The book traces the arrest, interrogation and trial of Rubashov, a fictional composite of several real figures associated with Communist Russia. The one figure that leaps to mind immediately is Leon Trotsky. Every time Rubashov rubs his spectacles on his sleeve, I think of good old Trotsky (a murderous thug who got an axe in the head in Mexico, thanks to his old pal Uncle Joe Stalin). Regardless of who Rubashov is modeled on, comrade Rubashov is in trouble here. Rubashov is one of the founding fathers of the Communist revolution and Stalin (referred to as No.1) has decided to remove him from power, as well as life. Rubashov is arrested and jailed. His interrogator turns out to be an old friend, Ivanov. After Ivanov is himself arrested, Rubashov falls into the clutches of Gletkin, a sadistic thug who eventually gets Rubashov to confess to crimes against the Party. Needless to say, the end is not pretty. In fact, the whole book is glum and rather depressing.
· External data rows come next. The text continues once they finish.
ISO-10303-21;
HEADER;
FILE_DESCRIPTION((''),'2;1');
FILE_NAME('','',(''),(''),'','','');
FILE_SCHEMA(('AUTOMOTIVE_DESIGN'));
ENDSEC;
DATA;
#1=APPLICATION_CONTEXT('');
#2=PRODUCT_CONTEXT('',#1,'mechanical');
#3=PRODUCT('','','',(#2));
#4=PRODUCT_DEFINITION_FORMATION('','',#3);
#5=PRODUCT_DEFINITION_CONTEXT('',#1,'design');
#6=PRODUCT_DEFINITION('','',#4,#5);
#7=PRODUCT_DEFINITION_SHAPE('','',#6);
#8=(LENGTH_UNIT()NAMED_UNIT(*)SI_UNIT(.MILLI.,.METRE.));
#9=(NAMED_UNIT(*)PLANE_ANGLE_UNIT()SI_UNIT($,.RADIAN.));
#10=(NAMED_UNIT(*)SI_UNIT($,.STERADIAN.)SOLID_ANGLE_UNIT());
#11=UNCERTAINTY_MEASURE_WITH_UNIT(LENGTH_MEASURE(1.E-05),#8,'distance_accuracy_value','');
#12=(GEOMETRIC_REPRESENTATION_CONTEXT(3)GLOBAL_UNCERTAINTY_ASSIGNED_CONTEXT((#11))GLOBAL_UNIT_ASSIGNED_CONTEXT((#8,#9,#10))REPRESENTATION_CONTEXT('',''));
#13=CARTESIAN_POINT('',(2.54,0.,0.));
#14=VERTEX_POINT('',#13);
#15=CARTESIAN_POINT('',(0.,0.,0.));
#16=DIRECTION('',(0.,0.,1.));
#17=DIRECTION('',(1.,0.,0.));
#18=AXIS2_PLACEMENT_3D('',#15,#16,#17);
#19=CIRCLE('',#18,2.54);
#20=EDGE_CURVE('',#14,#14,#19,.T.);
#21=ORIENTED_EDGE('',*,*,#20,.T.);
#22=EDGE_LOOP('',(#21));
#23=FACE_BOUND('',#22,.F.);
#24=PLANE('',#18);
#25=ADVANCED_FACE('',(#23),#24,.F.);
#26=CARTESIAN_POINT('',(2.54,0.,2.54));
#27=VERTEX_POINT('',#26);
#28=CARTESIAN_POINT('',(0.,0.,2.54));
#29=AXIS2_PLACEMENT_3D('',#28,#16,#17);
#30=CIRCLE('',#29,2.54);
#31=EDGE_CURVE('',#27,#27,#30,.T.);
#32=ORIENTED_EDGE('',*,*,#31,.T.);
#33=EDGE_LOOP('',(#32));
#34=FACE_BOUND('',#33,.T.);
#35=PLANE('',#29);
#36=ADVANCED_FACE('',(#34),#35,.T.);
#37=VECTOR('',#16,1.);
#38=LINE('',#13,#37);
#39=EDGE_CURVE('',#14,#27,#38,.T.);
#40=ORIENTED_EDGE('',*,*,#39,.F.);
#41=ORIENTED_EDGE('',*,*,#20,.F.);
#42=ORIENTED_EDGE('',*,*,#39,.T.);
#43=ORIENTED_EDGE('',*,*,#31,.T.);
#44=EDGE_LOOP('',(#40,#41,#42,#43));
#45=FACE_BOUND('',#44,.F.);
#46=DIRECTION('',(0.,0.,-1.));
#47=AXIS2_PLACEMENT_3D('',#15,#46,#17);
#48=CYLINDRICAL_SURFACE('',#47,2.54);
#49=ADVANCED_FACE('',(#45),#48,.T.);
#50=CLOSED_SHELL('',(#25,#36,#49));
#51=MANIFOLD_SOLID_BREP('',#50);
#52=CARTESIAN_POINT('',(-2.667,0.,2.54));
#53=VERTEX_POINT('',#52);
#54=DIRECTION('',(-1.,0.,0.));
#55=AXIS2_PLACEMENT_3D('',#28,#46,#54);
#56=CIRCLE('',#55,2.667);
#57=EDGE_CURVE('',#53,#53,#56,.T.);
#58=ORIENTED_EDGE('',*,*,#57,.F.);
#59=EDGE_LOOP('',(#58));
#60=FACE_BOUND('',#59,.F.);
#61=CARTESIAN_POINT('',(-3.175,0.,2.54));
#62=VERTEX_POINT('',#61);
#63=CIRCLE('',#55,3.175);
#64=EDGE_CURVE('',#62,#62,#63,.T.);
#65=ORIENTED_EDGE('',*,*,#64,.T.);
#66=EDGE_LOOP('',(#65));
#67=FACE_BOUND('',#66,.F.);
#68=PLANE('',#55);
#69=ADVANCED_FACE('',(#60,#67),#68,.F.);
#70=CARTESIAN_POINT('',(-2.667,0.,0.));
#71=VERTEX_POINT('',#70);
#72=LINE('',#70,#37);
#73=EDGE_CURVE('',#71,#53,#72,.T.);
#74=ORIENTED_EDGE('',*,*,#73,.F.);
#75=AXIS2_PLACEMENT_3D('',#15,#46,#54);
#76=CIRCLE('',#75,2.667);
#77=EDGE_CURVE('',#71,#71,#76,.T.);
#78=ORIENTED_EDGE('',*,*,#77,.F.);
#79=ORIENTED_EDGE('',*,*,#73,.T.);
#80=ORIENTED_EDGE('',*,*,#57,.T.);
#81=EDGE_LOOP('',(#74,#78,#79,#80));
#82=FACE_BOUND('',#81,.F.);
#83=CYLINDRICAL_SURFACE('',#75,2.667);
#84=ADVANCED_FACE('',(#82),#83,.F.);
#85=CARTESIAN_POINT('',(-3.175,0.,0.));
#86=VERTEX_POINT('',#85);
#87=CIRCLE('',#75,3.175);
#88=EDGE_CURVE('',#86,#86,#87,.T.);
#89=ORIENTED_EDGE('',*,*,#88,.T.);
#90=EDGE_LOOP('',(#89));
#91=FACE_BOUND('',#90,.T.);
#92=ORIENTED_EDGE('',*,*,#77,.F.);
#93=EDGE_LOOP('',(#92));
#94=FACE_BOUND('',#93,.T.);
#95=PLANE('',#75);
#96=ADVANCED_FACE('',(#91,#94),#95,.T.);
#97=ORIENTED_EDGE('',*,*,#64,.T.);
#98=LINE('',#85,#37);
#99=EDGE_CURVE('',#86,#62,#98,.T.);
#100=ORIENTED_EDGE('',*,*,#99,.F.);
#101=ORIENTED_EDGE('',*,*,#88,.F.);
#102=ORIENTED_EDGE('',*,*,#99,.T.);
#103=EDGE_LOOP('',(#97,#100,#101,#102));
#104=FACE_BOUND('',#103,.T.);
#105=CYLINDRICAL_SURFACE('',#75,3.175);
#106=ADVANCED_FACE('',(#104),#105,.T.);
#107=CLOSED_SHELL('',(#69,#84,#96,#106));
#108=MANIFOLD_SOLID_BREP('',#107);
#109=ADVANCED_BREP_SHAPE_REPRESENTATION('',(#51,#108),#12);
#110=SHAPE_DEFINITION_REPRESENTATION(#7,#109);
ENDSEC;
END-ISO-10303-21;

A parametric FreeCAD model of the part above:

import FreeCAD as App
import Part
import Sketcher

V = App.Vector
Q = App.Units.Quantity

doc = App.newDocument("Part")
body = doc.addObject("PartDesign::Body", "Body")
body.AllowCompound = True

# Sketch on XY plane
sketch1 = body.newObject("Sketcher::SketchObject", "Sketch")
sketch1.AttachmentSupport = (doc.getObject("XY_Plane"), [""])
sketch1.MapMode = "FlatFace"
sketch1.addGeometry(Part.Circle(V(0, 0, 0), V(0, 0, 1), 2.54), False)
sketch1.addConstraint(Sketcher.Constraint("Coincident", 0, 3, -1, 1))
sketch1.addConstraint(Sketcher.Constraint("Diameter", 0, Q("0.2 in")))
pad1 = body.newObject("PartDesign::Pad", "Pad")
pad1.Profile = sketch1
pad1.Length = Q("0.1 in")

# Sketch on XY plane
sketch2 = body.newObject("Sketcher::SketchObject", "Sketch001")
sketch2.AttachmentSupport = (doc.getObject("XY_Plane"), [""])
sketch2.MapMode = "FlatFace"
sketch2.addGeometry(Part.Circle(V(0, 0, 0), V(0, 0, 1), 3.175), False)
sketch2.addGeometry(Part.Circle(V(0, 0, 0), V(0, 0, 1), 2.667), False)
sketch2.addConstraint(Sketcher.Constraint("Coincident", 0, 3, -1, 1))
sketch2.addConstraint(Sketcher.Constraint("Coincident", 1, 3, -1, 1))
sketch2.addConstraint(Sketcher.Constraint("Diameter", 0, Q("0.25 in")))
sketch2.addConstraint(Sketcher.Constraint("Diameter", 1, Q("0.21 in")))
pad2 = body.newObject("PartDesign::Pad", "Pad001")
pad2.Profile = sketch2
pad2.Length = Q("0.1 in")

doc.recompute()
Much of the book examines Rubashov's life in flashback. We see Rubashov dispatched to smooth over problems with local Commies, a meeting with a dissident Communist that ends badly for the dissident, and the sad relationship between Arlova and Rubashov. Arlova falls prey to execution because Rubashov sells her out to keep himself alive. Like I said, this is depressing stuff. There is also a fair amount of philosophical musings on Communism as well. Personally, I have little sympathy for a character like Rubashov. It was men such as him that killed hundreds of thousands when the Communist government came to power. Under Lenin, a terror unleashed on the upper class resulted in mass death, and confiscations of grain in the countryside caused even more mayhem. Stalinism, rearing its ugly head in the 1930's, was a logical progression of Leninism and its warped visions. Koestler shows us in sparse, unremittingly grim prose the end product of these horrors.
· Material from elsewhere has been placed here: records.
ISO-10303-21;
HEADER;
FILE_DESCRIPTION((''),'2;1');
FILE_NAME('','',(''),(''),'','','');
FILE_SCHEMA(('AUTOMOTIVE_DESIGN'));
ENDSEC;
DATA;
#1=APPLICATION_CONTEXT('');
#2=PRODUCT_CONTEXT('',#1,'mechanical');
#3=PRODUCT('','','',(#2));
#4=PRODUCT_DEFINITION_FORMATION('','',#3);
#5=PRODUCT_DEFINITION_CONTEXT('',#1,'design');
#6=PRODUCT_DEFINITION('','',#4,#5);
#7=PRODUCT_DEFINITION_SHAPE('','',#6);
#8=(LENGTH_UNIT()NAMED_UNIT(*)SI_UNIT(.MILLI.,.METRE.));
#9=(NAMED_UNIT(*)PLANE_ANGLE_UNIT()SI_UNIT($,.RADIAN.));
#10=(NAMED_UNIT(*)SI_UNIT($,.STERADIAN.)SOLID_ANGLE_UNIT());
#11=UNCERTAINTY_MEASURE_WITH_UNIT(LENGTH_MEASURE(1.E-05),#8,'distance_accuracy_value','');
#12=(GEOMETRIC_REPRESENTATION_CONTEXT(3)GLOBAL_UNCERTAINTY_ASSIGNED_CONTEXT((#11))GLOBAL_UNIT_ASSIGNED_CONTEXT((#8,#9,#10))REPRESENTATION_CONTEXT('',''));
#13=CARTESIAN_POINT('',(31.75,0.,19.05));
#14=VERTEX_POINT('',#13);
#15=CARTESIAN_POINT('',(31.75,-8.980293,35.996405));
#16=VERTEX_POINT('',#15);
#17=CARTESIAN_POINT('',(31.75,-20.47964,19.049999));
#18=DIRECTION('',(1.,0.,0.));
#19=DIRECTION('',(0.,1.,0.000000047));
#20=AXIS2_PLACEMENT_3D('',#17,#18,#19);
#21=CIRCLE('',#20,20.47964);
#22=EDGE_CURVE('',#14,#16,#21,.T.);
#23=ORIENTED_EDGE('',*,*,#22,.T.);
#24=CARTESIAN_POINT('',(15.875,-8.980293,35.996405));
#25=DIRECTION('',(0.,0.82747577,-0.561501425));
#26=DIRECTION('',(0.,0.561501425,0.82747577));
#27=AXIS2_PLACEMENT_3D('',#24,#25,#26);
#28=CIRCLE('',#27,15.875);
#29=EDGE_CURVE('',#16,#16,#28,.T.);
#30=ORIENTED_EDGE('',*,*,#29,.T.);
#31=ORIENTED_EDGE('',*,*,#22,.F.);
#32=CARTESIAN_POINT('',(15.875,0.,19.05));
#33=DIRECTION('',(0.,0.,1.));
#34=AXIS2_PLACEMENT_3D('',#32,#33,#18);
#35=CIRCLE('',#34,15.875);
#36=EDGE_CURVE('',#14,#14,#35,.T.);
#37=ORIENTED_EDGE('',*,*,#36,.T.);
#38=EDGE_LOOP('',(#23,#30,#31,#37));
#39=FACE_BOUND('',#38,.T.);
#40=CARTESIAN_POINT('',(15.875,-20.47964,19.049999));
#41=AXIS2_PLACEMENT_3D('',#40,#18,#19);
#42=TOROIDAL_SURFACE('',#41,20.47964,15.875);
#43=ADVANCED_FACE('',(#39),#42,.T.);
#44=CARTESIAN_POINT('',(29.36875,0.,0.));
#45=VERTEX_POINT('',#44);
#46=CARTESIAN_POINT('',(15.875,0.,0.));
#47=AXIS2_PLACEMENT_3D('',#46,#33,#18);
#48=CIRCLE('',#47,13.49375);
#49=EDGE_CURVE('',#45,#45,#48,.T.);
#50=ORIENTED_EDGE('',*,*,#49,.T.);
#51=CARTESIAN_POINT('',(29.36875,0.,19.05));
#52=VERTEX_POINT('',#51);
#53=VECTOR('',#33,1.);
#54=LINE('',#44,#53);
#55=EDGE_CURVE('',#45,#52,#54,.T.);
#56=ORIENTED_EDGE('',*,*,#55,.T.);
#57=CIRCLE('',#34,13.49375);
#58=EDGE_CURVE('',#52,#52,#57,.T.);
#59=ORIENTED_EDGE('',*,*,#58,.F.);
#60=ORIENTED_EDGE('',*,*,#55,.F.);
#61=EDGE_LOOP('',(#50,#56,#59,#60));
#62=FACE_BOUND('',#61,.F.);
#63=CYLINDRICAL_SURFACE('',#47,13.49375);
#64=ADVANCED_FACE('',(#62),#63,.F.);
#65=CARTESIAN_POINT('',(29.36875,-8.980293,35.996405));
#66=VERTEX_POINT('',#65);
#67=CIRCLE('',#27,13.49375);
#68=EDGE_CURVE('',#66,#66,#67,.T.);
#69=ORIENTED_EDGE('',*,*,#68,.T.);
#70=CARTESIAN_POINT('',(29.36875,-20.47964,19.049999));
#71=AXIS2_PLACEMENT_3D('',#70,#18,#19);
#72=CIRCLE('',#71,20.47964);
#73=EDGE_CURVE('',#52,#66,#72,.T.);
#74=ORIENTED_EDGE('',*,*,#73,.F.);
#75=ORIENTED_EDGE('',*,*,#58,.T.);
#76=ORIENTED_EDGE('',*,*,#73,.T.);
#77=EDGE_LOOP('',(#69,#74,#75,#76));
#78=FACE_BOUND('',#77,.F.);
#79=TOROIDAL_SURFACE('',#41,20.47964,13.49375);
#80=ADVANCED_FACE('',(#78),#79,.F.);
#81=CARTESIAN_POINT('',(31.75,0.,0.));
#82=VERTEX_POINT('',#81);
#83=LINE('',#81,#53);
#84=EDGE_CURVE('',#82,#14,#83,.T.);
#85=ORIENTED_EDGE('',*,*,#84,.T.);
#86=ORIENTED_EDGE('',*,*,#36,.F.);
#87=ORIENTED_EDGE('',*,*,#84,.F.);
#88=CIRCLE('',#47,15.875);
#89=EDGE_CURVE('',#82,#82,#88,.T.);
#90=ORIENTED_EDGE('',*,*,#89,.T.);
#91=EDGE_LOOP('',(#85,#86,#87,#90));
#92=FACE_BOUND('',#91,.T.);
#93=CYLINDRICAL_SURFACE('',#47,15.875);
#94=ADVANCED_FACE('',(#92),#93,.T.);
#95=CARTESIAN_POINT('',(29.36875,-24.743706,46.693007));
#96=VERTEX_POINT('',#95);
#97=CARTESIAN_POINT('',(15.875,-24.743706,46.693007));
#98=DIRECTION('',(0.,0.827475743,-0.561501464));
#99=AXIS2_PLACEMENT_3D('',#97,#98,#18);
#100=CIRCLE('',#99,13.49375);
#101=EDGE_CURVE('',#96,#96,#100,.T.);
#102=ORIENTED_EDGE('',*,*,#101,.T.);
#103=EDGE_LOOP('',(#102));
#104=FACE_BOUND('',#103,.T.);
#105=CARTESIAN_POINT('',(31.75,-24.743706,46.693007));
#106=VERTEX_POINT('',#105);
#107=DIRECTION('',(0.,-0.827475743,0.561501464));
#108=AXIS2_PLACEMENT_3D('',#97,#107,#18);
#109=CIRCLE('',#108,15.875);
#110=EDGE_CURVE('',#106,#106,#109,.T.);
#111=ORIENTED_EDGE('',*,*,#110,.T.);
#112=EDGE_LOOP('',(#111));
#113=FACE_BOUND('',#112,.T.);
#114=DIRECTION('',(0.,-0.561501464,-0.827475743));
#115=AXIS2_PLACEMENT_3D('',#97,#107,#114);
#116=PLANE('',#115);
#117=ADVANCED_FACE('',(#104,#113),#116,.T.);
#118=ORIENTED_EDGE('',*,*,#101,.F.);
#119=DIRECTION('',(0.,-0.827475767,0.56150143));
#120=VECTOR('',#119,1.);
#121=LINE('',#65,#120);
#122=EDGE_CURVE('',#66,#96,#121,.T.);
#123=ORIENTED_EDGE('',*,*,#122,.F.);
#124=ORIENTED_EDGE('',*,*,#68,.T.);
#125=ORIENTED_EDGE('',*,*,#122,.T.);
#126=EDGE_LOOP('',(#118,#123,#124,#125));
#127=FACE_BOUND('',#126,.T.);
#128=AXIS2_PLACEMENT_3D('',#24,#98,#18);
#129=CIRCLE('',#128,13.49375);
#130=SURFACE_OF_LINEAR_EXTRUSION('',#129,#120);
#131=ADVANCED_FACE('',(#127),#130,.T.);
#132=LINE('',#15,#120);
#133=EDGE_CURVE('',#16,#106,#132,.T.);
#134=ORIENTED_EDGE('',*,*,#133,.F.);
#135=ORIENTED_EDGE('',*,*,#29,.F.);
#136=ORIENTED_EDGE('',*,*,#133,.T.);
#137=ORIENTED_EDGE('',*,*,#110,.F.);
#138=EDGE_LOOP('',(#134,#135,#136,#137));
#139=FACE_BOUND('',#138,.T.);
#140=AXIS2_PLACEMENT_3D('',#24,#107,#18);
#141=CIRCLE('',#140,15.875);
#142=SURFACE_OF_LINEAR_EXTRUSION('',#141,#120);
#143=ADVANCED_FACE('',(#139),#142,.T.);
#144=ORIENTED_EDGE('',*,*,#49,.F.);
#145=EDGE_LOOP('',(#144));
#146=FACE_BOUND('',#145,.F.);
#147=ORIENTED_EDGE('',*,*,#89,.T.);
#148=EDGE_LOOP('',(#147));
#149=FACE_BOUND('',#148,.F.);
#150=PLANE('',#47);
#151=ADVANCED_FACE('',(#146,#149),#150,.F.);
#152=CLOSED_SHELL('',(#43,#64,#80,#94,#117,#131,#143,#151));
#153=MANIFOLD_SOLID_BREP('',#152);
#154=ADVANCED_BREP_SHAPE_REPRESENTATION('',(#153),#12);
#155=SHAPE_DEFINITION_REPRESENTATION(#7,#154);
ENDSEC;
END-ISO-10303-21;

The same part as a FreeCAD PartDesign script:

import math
import FreeCAD as App
import Part
import Sketcher

V = App.Vector
Q = App.Units.Quantity

doc = App.newDocument("Part")
body = doc.addObject("PartDesign::Body", "Body")

sketch1 = body.newObject("Sketcher::SketchObject", "Sketch")
sketch1.AttachmentSupport = (doc.getObject("XY_Plane"), [""])
sketch1.MapMode = "FlatFace"
sketch1.addGeometry(Part.Circle(V(16, 0, 0), V(0, 0, 1), 16), False)
sketch1.addGeometry(Part.Circle(V(16, 0, 0), V(0, 0, 1), 13), False)
sketch1.addConstraint(Sketcher.Constraint("Coincident", 1, 3, 0, 3))
sketch1.addConstraint(Sketcher.Constraint("PointOnObject", 0, 3, -1))
sketch1.addConstraint(Sketcher.Constraint("Diameter", 0, Q("1.25 in")))
sketch1.addConstraint(Sketcher.Constraint("Diameter", 1, Q("1.0625 in")))
sketch1.addConstraint(Sketcher.Constraint("DistanceX", -1, 1, 0, 3, Q("0.625 in")))

sketch2 = body.newObject("Sketcher::SketchObject", "Sketch001")
sketch2.AttachmentSupport = (doc.getObject("YZ_Plane"), [""])
sketch2.MapMode = "FlatFace"
sketch2.addGeometry(Part.LineSegment(V(0, 0, 0), V(0, 19, 0)), False)
sketch2.addGeometry(Part.ArcOfCircle(Part.Circle(V(-20, 19, 0), V(0, 0, 1), 20), math.radians(0), math.radians(56)), False)
sketch2.addGeometry(Part.LineSegment(V(-9, 36, 0), V(-25, 47, 0)), False)
sketch2.addConstraint(Sketcher.Constraint("Tangent", 0, 2, 1, 1))
sketch2.addConstraint(Sketcher.Constraint("Tangent", 1, 2, 2, 1))
sketch2.addConstraint(Sketcher.Constraint("Vertical", 0))
sketch2.addConstraint(Sketcher.Constraint("Coincident", 0, 1, -1, 1))
sketch2.addConstraint(Sketcher.Constraint("DistanceY", 0, 1, 0, 2, Q("0.75 in")))
sketch2.addConstraint(Sketcher.Constraint("Distance", 2, Q("0.75 in")))
sketch2.addConstraint(Sketcher.Constraint("Radius", 1, 20.47964))
sketch2.addConstraint(Sketcher.Constraint("DistanceY", 1, 2, 2, 2, 10.696602))
doc.recompute()

additivepipe = body.newObject("PartDesign::AdditivePipe", "AdditivePipe")
additivepipe.Profile = sketch1
additivepipe.Spine = (sketch2, ["Edge1", "Edge2", "Edge3"])

doc.recompute()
I read this book fairly quickly. It is only a little over 200 pages long and is good for killing some time. A superficial knowledge of Russian Communism is helpful in understanding some of Koestler's references, although even this is not necessary to experience the terror in this book. This book was even put on the list of the 100 all-time greats of the 20th century. I can see why. Read and understand.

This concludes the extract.